We have provided a class called "Controller", which contains a static main method. After you have finished writing the two classes described above, running this main method will display the following dialog box:
Once the user clicks "Go", the program will draw the Mandelbrot Set, using the color scheme selected. Each time the Mandelbrot set is drawn, you may use the mouse to select a rectangular region to zoom in on, and the program will re-draw the image. This can be repeated many times, but eventually you will exceed the precision of numbers stored in the MyDouble class, and the images will become pixelated. You can also re-size the window so that the pictures are larger or smaller. Small sizes are drawn quickly, but a full-screen view of the Mandelbrot Set is very spectacular to see!
With this project, we have included a couple of JUnit tests that are "public". The code for these tests has been distributed with the project (see the file PublicTests.java). You can run these tests yourself in Eclipse by opening the file, and from the menu selecting: Run, Run As, JUnit Test.
You must add additional JUnit tests to this file that will determine if each of your complex number operations are correct. The tests that should be included are testAdd, testSubtract, testMult, testDiv, testEqComp (equals and compareTo together), testNorm, and testParse. These seven JUnit tests need to be able to test the methods of the ComplexNumber class that you are writing. They should test a variety of different situations. You may add additional methods if you would like, but these must be included. Make sure you are testing more than one set of values for each of the methods - one test case is not usually enough to determine if it works correctly. Look for as much variety as possible in your test cases to ensure a higher level of confidence that your code works as described.
This part is optional, but we'd like you to have some fun being creative!
Create your own color scheme by editing the section that is clearly labeled in the getColor method of the MandelbrotTools class. This method selects a non-black color for a point which DIVERGED when tested with the Mandelbrot recurrence, based on how many terms in the sequence were computed before the terms got "too big". If you put your own code into the section labeled "modify this block to create your own color scheme", then when the user selects "Student Defined Colors" when the program runs, the colors drawn will be determined by your code.

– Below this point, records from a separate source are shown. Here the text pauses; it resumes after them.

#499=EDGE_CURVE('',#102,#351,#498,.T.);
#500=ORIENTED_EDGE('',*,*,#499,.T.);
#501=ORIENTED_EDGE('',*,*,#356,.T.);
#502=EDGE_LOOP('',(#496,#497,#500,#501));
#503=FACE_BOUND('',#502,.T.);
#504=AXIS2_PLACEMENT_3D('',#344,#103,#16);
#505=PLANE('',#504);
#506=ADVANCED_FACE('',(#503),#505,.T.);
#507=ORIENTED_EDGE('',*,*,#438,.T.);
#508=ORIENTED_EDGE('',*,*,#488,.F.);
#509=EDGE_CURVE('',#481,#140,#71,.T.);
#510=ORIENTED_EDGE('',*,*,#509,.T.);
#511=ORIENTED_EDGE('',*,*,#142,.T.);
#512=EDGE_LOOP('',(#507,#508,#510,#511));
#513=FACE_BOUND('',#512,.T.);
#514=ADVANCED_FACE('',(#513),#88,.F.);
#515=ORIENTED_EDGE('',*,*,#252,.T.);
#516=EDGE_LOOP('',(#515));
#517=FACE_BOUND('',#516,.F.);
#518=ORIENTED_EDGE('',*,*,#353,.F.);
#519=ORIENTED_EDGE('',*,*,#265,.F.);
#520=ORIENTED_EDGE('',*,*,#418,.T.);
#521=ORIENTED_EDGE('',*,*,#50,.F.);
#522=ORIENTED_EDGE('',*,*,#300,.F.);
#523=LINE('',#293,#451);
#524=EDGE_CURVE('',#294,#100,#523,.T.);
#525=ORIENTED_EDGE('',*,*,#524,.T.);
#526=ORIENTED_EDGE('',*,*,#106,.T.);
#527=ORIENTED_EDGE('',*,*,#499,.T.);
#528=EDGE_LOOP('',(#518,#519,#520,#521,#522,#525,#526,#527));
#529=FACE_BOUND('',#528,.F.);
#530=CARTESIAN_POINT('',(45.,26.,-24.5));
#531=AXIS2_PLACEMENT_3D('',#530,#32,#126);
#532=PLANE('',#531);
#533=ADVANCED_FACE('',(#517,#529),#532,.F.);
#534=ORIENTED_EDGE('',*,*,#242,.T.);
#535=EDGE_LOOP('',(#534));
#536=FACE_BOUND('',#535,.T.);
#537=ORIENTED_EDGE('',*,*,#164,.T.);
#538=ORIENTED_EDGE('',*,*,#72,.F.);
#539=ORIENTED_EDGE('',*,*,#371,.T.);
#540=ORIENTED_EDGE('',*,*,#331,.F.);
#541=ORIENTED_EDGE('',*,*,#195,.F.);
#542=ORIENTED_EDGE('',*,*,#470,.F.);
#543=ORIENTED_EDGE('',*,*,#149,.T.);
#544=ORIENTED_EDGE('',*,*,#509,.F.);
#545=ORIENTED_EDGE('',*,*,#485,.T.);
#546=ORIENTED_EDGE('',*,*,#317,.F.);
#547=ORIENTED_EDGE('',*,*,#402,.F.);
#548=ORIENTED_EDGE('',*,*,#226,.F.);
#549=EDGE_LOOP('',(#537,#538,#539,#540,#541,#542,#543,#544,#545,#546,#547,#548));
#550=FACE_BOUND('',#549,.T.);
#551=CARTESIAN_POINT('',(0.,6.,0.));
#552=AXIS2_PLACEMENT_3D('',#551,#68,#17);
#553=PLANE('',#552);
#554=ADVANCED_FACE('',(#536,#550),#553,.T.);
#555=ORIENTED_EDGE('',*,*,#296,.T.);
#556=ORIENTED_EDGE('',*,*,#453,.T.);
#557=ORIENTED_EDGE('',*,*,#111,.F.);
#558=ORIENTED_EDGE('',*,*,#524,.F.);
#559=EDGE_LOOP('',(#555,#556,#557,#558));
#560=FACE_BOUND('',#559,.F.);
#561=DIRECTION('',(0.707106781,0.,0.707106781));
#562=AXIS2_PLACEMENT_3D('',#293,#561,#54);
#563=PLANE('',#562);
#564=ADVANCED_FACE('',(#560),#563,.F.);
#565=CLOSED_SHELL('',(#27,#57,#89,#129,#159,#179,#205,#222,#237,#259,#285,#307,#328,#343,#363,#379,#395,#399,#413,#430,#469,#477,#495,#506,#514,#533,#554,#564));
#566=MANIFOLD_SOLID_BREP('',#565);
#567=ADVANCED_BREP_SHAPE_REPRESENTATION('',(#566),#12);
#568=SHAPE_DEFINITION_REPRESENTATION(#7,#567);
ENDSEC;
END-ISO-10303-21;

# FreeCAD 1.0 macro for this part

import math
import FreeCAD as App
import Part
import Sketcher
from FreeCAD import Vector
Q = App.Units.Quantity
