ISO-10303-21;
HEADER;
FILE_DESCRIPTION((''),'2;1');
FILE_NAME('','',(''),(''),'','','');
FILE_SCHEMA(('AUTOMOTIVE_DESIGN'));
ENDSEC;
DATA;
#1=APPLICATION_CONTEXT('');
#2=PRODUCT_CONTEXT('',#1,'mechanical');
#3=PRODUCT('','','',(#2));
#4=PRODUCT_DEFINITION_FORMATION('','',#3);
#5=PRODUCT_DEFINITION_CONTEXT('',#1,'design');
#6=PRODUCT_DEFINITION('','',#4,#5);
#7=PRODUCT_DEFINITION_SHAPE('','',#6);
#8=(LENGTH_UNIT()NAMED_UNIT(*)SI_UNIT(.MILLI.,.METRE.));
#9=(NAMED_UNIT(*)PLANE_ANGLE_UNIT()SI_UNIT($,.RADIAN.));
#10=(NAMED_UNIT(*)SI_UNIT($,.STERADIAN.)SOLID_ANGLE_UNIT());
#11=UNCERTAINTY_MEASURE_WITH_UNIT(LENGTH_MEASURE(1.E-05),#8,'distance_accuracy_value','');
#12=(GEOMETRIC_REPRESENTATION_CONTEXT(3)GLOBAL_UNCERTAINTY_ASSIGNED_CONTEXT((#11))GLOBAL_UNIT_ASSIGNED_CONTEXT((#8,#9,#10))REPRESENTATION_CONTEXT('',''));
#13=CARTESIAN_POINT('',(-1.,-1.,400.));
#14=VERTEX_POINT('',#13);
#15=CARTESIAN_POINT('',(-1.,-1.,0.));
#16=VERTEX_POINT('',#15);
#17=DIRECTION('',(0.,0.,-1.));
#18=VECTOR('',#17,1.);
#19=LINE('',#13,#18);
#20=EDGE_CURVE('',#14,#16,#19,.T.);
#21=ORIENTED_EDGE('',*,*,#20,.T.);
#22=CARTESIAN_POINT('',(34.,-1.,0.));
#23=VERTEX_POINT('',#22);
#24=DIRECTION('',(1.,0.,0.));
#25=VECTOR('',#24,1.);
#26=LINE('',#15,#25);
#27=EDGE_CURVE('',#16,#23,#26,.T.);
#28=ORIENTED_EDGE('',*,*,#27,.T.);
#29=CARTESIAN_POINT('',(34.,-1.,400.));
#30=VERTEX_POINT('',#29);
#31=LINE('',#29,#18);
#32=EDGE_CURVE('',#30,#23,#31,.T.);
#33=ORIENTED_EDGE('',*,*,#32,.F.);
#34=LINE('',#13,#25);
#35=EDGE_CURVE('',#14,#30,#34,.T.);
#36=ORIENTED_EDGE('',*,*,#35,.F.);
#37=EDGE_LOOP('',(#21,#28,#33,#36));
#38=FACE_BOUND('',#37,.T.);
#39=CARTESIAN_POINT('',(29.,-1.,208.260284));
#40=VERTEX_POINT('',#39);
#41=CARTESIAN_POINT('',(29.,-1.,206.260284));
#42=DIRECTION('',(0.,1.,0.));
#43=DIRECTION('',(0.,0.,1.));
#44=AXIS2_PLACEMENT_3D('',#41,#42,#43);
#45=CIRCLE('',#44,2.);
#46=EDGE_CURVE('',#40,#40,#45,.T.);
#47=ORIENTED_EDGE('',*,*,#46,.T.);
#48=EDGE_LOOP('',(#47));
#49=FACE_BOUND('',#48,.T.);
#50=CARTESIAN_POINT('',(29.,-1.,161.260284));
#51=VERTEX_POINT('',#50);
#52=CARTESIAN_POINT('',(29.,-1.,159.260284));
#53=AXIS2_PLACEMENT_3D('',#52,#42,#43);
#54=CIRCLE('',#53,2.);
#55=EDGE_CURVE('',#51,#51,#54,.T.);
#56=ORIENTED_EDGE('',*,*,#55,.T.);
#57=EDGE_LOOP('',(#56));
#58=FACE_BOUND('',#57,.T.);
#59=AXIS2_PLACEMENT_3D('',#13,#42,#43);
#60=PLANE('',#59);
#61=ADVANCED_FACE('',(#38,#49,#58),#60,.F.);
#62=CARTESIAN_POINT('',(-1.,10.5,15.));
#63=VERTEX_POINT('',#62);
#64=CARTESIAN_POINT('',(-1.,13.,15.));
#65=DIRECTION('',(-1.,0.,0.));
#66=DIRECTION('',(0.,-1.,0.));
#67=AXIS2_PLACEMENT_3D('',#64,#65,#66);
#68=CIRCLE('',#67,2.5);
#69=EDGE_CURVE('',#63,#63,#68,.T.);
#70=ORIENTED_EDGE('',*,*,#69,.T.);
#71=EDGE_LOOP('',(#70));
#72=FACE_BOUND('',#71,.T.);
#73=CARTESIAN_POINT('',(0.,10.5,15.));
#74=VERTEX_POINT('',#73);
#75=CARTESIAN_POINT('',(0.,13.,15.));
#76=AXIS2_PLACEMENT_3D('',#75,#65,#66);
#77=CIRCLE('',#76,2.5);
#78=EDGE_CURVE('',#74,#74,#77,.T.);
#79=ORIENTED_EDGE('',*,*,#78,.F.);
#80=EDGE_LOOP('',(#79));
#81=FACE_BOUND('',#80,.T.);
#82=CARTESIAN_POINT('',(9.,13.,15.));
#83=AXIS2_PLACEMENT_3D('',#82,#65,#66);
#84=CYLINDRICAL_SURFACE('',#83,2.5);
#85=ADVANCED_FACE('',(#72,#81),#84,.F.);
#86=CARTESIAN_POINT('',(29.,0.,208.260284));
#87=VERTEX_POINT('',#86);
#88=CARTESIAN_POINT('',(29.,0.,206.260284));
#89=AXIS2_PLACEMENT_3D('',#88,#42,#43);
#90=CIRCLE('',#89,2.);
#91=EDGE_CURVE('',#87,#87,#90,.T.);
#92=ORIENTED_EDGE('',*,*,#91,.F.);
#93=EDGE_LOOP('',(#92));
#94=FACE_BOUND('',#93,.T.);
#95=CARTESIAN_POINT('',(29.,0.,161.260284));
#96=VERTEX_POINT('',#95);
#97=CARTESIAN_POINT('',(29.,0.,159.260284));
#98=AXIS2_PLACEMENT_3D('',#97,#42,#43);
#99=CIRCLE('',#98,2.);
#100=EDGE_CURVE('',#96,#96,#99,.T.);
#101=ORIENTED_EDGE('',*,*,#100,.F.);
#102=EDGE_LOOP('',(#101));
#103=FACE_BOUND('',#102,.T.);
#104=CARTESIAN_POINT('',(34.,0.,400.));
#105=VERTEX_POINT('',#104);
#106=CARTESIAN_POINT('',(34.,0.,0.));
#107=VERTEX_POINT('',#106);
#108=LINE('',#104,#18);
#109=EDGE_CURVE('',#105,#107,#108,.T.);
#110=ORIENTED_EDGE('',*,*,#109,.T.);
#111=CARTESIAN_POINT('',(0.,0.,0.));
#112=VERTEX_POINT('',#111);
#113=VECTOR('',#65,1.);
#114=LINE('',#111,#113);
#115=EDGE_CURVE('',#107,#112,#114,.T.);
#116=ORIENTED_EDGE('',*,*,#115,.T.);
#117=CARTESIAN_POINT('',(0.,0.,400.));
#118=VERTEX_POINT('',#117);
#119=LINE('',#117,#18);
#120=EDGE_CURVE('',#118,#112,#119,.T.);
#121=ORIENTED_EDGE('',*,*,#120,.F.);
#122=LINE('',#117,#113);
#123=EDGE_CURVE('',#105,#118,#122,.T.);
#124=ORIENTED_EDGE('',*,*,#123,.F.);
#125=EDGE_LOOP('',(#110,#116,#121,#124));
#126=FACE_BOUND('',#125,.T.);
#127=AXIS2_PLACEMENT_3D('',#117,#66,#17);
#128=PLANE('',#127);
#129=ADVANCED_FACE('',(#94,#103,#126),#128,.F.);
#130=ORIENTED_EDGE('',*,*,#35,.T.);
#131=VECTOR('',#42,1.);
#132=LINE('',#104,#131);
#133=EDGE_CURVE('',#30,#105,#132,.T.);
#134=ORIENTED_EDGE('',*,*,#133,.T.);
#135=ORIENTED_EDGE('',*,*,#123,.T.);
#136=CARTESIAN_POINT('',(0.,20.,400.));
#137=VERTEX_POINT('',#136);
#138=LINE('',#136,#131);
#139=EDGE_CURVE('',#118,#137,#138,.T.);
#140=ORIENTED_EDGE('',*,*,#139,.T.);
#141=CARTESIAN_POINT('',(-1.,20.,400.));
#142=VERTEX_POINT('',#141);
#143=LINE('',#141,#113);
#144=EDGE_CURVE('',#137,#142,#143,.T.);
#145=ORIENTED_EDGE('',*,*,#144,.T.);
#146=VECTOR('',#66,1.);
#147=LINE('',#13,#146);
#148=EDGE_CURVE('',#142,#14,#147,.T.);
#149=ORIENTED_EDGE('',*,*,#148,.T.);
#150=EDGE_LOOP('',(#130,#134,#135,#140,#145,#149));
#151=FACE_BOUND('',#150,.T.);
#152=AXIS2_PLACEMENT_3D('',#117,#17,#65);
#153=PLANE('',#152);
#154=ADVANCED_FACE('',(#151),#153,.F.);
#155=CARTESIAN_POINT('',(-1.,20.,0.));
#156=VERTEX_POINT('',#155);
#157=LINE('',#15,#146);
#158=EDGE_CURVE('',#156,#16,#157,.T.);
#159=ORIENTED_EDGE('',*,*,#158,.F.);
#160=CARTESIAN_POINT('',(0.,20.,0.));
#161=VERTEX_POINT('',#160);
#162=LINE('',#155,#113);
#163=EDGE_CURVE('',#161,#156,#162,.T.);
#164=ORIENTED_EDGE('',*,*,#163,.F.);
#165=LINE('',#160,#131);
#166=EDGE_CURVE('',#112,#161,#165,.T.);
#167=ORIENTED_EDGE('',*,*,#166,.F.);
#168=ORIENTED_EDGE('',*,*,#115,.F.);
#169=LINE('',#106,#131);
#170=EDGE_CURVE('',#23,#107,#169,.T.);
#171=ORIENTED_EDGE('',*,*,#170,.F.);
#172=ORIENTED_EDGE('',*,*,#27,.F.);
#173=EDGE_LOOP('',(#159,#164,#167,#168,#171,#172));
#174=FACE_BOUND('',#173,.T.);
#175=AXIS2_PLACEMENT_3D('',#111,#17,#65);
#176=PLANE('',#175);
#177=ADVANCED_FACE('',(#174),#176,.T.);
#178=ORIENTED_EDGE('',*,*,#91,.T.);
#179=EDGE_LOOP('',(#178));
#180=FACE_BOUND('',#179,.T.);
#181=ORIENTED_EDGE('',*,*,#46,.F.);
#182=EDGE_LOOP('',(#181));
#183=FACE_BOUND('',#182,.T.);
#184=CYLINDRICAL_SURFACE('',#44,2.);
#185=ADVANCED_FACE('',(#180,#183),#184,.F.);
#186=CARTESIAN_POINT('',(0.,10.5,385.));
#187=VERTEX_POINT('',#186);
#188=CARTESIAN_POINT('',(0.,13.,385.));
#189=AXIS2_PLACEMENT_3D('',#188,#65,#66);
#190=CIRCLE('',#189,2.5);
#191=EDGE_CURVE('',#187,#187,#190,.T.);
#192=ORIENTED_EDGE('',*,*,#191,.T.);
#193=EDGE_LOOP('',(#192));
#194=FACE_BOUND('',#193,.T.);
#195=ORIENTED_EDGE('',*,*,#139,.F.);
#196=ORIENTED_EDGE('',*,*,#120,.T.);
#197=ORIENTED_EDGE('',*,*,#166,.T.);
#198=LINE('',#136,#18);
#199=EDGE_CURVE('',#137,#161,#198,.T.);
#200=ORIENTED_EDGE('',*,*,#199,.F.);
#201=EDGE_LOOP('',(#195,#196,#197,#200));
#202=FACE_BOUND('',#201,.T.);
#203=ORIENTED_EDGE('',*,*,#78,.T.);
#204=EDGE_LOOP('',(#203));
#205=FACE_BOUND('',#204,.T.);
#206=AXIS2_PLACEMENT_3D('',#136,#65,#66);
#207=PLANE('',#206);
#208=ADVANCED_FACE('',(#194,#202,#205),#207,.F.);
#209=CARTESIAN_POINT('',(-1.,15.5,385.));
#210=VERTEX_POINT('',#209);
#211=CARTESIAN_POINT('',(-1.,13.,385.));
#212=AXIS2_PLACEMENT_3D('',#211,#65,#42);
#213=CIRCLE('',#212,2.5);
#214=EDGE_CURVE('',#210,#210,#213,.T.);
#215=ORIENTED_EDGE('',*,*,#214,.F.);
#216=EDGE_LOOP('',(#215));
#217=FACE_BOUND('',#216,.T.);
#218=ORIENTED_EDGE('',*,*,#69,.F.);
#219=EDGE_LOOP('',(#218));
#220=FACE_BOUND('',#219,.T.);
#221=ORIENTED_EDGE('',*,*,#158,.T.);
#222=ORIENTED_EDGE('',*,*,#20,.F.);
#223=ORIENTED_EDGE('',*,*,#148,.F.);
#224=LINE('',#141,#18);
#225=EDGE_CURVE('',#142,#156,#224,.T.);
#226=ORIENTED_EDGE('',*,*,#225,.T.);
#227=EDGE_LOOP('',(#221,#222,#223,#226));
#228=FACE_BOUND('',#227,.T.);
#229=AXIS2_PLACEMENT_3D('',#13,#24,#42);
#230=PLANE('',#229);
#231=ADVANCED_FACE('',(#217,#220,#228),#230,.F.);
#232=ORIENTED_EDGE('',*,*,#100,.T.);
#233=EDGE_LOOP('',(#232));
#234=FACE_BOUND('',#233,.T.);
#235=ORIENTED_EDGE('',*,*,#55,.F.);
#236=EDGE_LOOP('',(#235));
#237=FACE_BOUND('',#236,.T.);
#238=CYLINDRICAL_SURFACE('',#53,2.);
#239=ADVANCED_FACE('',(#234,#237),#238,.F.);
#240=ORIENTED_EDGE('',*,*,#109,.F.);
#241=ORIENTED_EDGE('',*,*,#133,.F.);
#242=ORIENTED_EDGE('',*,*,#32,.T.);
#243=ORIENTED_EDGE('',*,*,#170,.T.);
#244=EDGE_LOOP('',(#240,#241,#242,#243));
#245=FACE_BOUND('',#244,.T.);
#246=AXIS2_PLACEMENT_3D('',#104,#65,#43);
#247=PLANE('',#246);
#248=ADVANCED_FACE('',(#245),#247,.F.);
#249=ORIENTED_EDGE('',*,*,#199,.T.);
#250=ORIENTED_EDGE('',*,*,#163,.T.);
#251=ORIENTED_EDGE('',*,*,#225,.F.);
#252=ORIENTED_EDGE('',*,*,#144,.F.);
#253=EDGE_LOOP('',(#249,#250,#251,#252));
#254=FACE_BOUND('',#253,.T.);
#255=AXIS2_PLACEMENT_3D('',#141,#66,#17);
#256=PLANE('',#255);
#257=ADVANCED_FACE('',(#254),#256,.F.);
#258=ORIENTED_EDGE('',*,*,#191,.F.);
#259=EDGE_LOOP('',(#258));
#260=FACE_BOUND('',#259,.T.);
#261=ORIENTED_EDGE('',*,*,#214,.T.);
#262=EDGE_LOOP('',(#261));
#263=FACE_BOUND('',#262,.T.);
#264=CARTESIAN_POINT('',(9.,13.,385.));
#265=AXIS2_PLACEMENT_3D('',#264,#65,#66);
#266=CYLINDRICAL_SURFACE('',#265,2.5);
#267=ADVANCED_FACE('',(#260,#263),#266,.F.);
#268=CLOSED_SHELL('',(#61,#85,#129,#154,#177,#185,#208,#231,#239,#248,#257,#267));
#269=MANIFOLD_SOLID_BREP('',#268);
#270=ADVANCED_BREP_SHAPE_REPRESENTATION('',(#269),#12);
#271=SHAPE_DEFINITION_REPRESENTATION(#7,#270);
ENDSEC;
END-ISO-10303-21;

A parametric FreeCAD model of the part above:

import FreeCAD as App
import Part
import Sketcher


def add_polygon(sketch, points):
    """Adds a closed chain of lines whose ends are joined by coincident constraints."""
    first, n = sketch.GeometryCount, len(points)
    for a, b in zip(points, points[1:] + points[:1]):
        sketch.addGeometry(Part.LineSegment(App.Vector(*a, 0), App.Vector(*b, 0)), False)
    for i in range(n):
        sketch.addConstraint(Sketcher.Constraint("Coincident", first + i, 2, first + (i + 1) % n, 1))

doc = App.newDocument("Part")
body = doc.addObject("PartDesign::Body", "Body")

sketch1 = body.newObject("Sketcher::SketchObject", "Sketch")
sketch1.AttachmentSupport = (doc.getObject("XY_Plane"), [""])
sketch1.MapMode = "FlatFace"
add_polygon(sketch1, [(-1, 20), (-1, -1), (34, -1), (34, 0), (0, 0), (0, 20)])
sketch1.addConstraint(Sketcher.Constraint("Vertical", 0))
sketch1.addConstraint(Sketcher.Constraint("Horizontal", 1))
sketch1.addConstraint(Sketcher.Constraint("Vertical", 2))
sketch1.addConstraint(Sketcher.Constraint("Horizontal", 3))
sketch1.addConstraint(Sketcher.Constraint("Vertical", 4))
sketch1.addConstraint(Sketcher.Constraint("Horizontal", 5))
sketch1.addConstraint(Sketcher.Constraint("Coincident", 3, 2, -1, 1))
sketch1.addConstraint(Sketcher.Constraint("Equal", 5, 2))
sketch1.addConstraint(Sketcher.Constraint("DistanceX", 1, 1, 1, 2, 35.0))
sketch1.addConstraint(Sketcher.Constraint("DistanceX", 3, 2, 3, 1, 34.0))
sketch1.addConstraint(Sketcher.Constraint("DistanceY", 0, 2, 0, 1, 21.0))
pad1 = body.newObject("PartDesign::Pad", "Pad")
pad1.Profile = sketch1
pad1.Length = 400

The parameter to the getColor method represents the index of the term in the sequence which was first to be "too big". This value could be anything from 0 up to the constant Controller.LIMIT, which is typically 255 (but could be anything large). For example, if the parameter is 27, that means that z27 was the first term in the sequence that was "too big" for the point that is being colored.
The return value is the Color to be used to color the point. To get an idea of how to create Color objects, you should read the online documentation for the Java Color class API, and also take a look at the two color schemes that are already built into this method (Red and White Bands, Crazy Colors).